(Adds hedge fund manager, CEO comments, graphic, financing, updates stock price)
March 4 (Reuters) - RadioShack Corp said it will close up to 1,100 U.S. stores after reporting a wider quarterly loss and huge drop in sales during the holidays that raised concerns about the longer-term prospects for the U.S. electronics chain.
Its shares dropped as much as 20 percent.
The planned closings would leave the Fort Worth, Texas-based retailer with over 4,000 stores, including more than 900 dealer franchise locations, it said on Tuesday.
RadioShack's sales have been in free fall since 2010 amid executive departures, tough competition and an image problem. Despite its ubiquitous presence, analysts say the U.S. retailer has not done enough to become a destination for mobile phone shoppers or younger buyers.
The retailer, which has been losing share to the likes of Best Buy Co Inc and Amazon.com Inc, reported its net loss widened to $191.4 million, or $1.90 a share, in the fourth quarter, from $63.3 million, or 63 cents, a year earlier.
Sales totaled $935.4 million in the quarter covering the holiday season, down 20.1 percent from $1.17 billion in the year-ago period. Analysts, on average, looked for sales of $1.12 billion, according to Thomson Reuters I/B/E/S.
Sales at stores open at least a year fell 19 percent in the fourth quarter on weak customer traffic.
The grim results were not entirely unexpected, considering the overall weakness in the consumer electronics industry during the holidays, but many on Wall Street took a grim view of the company's prospects.
The "results were much worse than we anticipated, and cast serious doubt on RadioShack's long-term viability in our opinion," BB&T Capital Markets analyst Anthony Chukumba said.
The report also highlighted the mammoth task facing Chief Executive Officer Joe Magnacca, who took the helm in February 2013.
Magnacca, a restructuring expert credited with revamping Duane Reade drugstores before Walgreen Co bought the chain, said "the RadioShack turnaround will take time."
(For graphic on RadioShack shares after Magnacca took the helm: http://link.reuters.com/paz37v)
David Tawil, the co-founder of hedge fund Maglan Capital, said the move to shrink its store base was not a permanent solution to its problems.
"It should buy them time," said Tawil, a former bankruptcy attorney and distressed corporate workout specialist. "I don't think they have a place in the market." Maglan does not own RadioShack shares.
Its market share has fallen about 20 percent since 2010, according to data from Euromonitor International.
Tawil said he is concerned about its cash flow levels. "They can continue to operate but they are in a cash-flow negative spiral and that doesn't usually reverse itself," Tawil said.
The retailer, which secured new loans heading into the holidays, ended the fourth quarter with total liquidity of $554.3 million, including $179.8 million in cash and cash equivalents and $374.5 million in available credit.
At Dec. 31, its debt totaled $614 million and matured between 2018 and 2019.

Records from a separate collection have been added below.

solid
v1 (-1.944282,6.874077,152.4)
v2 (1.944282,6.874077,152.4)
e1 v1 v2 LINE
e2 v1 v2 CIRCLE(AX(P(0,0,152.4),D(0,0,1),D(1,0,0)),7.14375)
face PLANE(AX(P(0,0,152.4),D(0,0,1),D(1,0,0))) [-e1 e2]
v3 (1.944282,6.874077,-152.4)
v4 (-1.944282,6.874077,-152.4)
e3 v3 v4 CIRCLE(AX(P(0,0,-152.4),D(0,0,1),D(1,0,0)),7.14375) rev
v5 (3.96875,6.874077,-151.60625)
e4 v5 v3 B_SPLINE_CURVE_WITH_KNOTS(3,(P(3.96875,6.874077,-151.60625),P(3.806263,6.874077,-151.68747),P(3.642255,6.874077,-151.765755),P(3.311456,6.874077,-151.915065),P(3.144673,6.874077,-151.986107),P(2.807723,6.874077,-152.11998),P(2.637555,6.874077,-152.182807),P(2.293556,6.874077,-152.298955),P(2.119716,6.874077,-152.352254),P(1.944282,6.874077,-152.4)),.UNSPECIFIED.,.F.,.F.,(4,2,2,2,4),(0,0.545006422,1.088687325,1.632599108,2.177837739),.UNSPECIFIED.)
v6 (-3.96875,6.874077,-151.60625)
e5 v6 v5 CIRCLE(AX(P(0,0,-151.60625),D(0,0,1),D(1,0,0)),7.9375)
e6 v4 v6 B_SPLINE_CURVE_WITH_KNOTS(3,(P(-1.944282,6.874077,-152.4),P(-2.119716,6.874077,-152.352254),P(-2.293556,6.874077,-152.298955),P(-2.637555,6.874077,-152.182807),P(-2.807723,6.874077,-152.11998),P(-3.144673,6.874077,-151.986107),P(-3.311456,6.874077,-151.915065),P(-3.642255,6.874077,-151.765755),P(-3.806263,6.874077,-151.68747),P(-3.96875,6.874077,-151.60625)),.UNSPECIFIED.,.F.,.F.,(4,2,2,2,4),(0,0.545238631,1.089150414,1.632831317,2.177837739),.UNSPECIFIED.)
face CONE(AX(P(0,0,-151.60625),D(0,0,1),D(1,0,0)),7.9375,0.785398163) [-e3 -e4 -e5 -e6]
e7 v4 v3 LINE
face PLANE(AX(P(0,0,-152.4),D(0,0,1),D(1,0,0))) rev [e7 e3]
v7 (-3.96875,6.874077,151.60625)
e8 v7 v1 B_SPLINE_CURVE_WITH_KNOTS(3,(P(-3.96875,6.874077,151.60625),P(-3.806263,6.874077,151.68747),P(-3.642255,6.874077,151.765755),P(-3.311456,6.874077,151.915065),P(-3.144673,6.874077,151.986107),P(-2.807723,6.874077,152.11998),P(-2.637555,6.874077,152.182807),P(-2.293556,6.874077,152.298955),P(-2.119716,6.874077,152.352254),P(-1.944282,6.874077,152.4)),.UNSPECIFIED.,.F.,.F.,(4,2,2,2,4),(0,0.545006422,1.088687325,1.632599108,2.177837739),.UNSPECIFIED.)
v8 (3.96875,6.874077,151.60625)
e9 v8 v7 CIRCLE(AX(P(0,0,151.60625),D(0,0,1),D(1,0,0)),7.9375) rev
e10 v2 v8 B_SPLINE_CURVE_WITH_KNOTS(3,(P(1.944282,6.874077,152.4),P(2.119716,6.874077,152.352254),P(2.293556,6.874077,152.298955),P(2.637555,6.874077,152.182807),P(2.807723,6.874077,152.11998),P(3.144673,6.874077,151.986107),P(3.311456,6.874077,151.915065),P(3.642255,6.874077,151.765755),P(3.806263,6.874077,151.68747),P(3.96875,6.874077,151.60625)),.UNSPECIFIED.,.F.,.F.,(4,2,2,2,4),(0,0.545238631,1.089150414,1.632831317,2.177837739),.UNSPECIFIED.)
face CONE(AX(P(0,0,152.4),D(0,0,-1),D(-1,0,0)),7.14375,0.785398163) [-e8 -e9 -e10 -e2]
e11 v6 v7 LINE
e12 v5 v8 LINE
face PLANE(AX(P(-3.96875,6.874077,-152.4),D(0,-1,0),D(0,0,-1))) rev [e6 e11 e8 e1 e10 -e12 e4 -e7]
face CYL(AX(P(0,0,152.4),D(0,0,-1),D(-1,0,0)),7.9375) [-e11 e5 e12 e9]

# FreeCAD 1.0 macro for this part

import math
import FreeCAD as App
import Part
import Sketcher
Q = App.Units.Quantity


def edges_at(feature, points):
    """Names of the edges that pass closest to the given points."""
    edges = feature.Shape.Edges
    near = lambda p: min(range(len(edges)), key=lambda i: edges[i].distToShape(Part.Vertex(*p))[0])
    return sorted({f"Edge{near(p) + 1}" for p in points})

doc = App.newDocument("Part")
params = doc.addObject("Spreadsheet::Sheet", "Params")
for row, (alias, value) in enumerate([
    ("sketch1_diameter", "0.625 in"),
    ("pad1_length", "6 in"),
    ("pad1_length2", "6 in"),
    ("sketch2_radius", "0.3125 in"),
    ("sketch2_width", "0.3125 in"),
    ("chamfer_size", "0.03125 in"),
], start=1):
    params.set(f"A{row}", alias)
    params.set(f"B{row}", "=" + value)
    params.setAlias(f"B{row}", alias)

body = doc.addObject("PartDesign::Body", "Body")

# Sketch on XY plane
sketch1 = body.newObject("Sketcher::SketchObject", "Sketch")
sketch1.AttachmentSupport = (doc.getObject("XY_Plane"), [""])
sketch1.MapMode = "FlatFace"
sketch1.addGeometry(Part.Circle(App.Vector(0, 0, 0), App.Vector(0, 0, 1), 8), False)
sketch1.addConstraint(Sketcher.Constraint("Coincident", 0, 3, -1, 1))
sketch1.addConstraint(Sketcher.Constraint("Diameter", 0, Q("0.625 in")))
sketch1.setExpression("Constraints[1]", "Params.sketch1_diameter")
pad1 = body.newObject("PartDesign::Pad", "Pad")
pad1.Profile = sketch1
pad1.Type = "TwoLengths"
pad1.setExpression("Length", "Params.pad1_length")
pad1.setExpression("Length2", "Params.pad1_length2")

# Sketch on XY plane
sketch2 = body.newObject("Sketcher::SketchObject", "Sketch001")
sketch2.AttachmentSupport = (doc.getObject("XY_Plane"), [""])
sketch2.MapMode = "FlatFace"
sketch2.addGeometry(Part.LineSegment(App.Vector(-4, 7, 0), App.Vector(4, 7, 0)), False)
sketch2.addGeometry(Part.ArcOfCircle(Part.Circle(App.Vector(0, 0, 0), App.Vector(0, 0, 1), 8), math.radians(60), math.radians(120)), False)
sketch2.addConstraint(Sketcher.Constraint("Coincident", 0, 1, 1, 2))
sketch2.addConstraint(Sketcher.Constraint("Coincident", 1, 1, 0, 2))
sketch2.addConstraint(Sketcher.Constraint("Horizontal", 0))
sketch2.addConstraint(Sketcher.Constraint("Coincident", 1, 3, -1, 1))
sketch2.addConstraint(Sketcher.Constraint("Radius", 1, Q("0.3125 in")))
sketch2.addConstraint(Sketcher.Constraint("DistanceX", 0, 1, 0, 2, Q("0.3125 in")))
sketch2.setExpression("Constraints[4]", "Params.sketch2_radius")
sketch2.setExpression("Constraints[5]", "Params.sketch2_width")
pocket1 = body.newObject("PartDesign::Pocket", "Pocket")
pocket1.Profile = sketch2
pocket1.Type = "ThroughAll"
pocket1.Midplane = True
doc.recompute()

chamfer = body.newObject("PartDesign::Chamfer", "Chamfer")
chamfer.Base = (pocket1, edges_at(pocket1, [(0, -7.938, -152.4), (0, -7.938, 152.4)]))
chamfer.setExpression("Size", "Params.chamfer_size")

doc.recompute()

RadioShack peers Best Buy Co Inc and hhgregg Inc also reported weaker-than-expected sales in what turned out to be the most heavily discounted holiday shopping season since the recession.
Magnacca blamed the latest sales weakness on poor shopper traffic, intense discounting, tepid mobile phone demand and operational problems such as poor inventory management.
"Mr. Magnacca and the new team deserve a lot of credit for the changes they are making, but it seems harder and harder for them to overcome the more significant obstacles," said Janney Capital Markets analyst David Strasser. He worried that wireless industry weakness could stall its turnaround.
RadioShack has been working with bankers from Peter J Solomon Co to boost liquidity, and with AlixPartners on improving operations. Last October, it obtained $835 million in financing commitments from a consortium of lenders led by GE Capital; CIT Corporate Finance; RBS Citizens NA and Salus Capital Partners.
Under Magnacca, RadioShack has changed its logo, reduced store clutter and improved displays. It has also been moving some products from stores to its website, and carrying more private-label goods with higher margins.
The retailer recently named a new merchandising chief, global sourcing chief and chief financial officer. But some analysts say the efforts are too little, too late.
The stock slid 13.6 percent to $2.35 on the New York Stock Exchange, but fell as low as $2.19.